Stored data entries

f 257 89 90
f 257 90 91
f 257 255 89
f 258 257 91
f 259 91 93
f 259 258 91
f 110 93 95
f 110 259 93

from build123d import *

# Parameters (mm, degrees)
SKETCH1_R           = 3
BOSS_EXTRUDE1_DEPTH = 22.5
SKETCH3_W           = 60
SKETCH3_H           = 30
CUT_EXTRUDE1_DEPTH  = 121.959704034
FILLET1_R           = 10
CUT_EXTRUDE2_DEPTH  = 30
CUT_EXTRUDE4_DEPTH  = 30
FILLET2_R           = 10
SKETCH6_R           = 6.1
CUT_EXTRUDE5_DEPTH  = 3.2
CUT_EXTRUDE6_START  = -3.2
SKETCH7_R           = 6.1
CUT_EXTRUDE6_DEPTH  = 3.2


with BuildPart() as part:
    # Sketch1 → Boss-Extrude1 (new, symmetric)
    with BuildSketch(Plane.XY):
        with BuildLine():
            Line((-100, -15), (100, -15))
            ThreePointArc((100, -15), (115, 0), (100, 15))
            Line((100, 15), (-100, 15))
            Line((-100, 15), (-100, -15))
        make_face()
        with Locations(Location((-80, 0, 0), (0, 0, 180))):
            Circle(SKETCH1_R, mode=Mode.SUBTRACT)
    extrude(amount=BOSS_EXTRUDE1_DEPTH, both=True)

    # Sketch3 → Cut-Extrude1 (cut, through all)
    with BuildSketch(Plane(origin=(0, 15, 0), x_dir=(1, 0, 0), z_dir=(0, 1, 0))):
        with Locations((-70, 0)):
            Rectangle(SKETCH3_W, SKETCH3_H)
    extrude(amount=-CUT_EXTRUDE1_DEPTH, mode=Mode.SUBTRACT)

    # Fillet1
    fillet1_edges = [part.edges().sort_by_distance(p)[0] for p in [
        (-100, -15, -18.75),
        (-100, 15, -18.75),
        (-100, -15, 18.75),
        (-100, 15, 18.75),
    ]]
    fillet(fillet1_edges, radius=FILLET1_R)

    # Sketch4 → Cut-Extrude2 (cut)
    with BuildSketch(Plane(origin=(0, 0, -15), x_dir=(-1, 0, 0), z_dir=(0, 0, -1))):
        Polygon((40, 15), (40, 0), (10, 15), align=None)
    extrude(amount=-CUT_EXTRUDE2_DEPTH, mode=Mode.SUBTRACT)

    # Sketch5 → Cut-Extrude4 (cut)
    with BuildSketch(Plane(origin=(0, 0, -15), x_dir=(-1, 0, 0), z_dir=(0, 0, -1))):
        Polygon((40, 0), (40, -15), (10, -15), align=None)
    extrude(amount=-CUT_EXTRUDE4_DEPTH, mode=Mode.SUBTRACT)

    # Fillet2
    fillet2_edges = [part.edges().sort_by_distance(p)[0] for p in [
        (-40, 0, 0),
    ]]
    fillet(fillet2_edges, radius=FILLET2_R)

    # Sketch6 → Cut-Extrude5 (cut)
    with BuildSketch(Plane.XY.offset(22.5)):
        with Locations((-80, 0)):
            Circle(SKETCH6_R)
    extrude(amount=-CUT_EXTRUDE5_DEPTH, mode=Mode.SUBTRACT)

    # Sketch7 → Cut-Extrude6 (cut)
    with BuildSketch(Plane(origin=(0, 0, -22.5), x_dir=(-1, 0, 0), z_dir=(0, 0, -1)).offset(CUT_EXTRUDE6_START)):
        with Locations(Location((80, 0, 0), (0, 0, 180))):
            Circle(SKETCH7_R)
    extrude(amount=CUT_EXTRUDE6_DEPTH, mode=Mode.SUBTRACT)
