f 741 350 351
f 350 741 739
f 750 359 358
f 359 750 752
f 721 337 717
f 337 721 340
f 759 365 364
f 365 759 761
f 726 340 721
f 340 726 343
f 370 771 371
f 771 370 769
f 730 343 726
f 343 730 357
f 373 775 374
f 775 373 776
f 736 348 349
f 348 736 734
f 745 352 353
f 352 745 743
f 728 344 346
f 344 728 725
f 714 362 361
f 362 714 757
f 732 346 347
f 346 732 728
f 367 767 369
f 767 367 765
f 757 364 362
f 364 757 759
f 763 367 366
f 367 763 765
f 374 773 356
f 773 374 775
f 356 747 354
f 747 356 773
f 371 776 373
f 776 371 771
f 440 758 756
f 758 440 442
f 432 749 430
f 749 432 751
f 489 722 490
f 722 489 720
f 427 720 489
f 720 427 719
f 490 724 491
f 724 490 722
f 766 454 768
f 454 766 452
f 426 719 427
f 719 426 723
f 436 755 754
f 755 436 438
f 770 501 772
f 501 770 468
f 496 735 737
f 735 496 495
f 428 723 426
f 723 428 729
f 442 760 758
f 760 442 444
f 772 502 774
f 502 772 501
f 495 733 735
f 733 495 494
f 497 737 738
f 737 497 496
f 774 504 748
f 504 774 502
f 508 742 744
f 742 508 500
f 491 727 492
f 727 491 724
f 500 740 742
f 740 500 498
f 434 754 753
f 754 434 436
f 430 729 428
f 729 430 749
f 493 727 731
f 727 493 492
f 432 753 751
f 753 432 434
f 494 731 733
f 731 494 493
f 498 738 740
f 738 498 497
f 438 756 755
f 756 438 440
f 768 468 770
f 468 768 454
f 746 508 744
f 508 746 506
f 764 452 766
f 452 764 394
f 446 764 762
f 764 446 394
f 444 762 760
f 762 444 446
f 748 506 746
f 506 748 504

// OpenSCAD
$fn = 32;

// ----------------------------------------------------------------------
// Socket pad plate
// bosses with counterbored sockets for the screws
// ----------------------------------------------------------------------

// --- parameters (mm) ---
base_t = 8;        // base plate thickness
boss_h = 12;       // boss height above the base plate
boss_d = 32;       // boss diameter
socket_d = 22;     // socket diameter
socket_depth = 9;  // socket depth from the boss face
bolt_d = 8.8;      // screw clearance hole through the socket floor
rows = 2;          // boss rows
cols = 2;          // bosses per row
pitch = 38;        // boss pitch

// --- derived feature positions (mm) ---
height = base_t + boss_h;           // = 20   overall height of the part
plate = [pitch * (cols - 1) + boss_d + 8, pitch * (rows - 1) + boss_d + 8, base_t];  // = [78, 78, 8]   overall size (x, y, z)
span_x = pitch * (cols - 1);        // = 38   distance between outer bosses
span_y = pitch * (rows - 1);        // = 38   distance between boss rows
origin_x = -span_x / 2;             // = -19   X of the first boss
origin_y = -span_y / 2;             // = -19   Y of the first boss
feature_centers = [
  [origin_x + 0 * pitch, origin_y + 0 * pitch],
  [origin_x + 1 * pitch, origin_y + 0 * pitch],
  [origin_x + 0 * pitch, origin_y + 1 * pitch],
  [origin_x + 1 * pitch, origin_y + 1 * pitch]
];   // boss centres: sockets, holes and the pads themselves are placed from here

◆ **Your objective**: Here the output must be the lines above from the line with "# Sketch3 →" to the line with "fillet1_edges = [part.edges().sort_by_distance(p)[0]", both included, duplicated word for word and nothing else.

◆ **Reply**:
    # Sketch3 → Cut-Extrude1 (cut, through all)
    with BuildSketch(Plane(origin=(0, 15, 0), x_dir=(1, 0, 0), z_dir=(0, 1, 0))):
        with Locations((-70, 0)):
            Rectangle(SKETCH3_W, SKETCH3_H)
    extrude(amount=-CUT_EXTRUDE1_DEPTH, mode=Mode.SUBTRACT)

    # Fillet1
    fillet1_edges = [part.edges().sort_by_distance(p)[0] for p in [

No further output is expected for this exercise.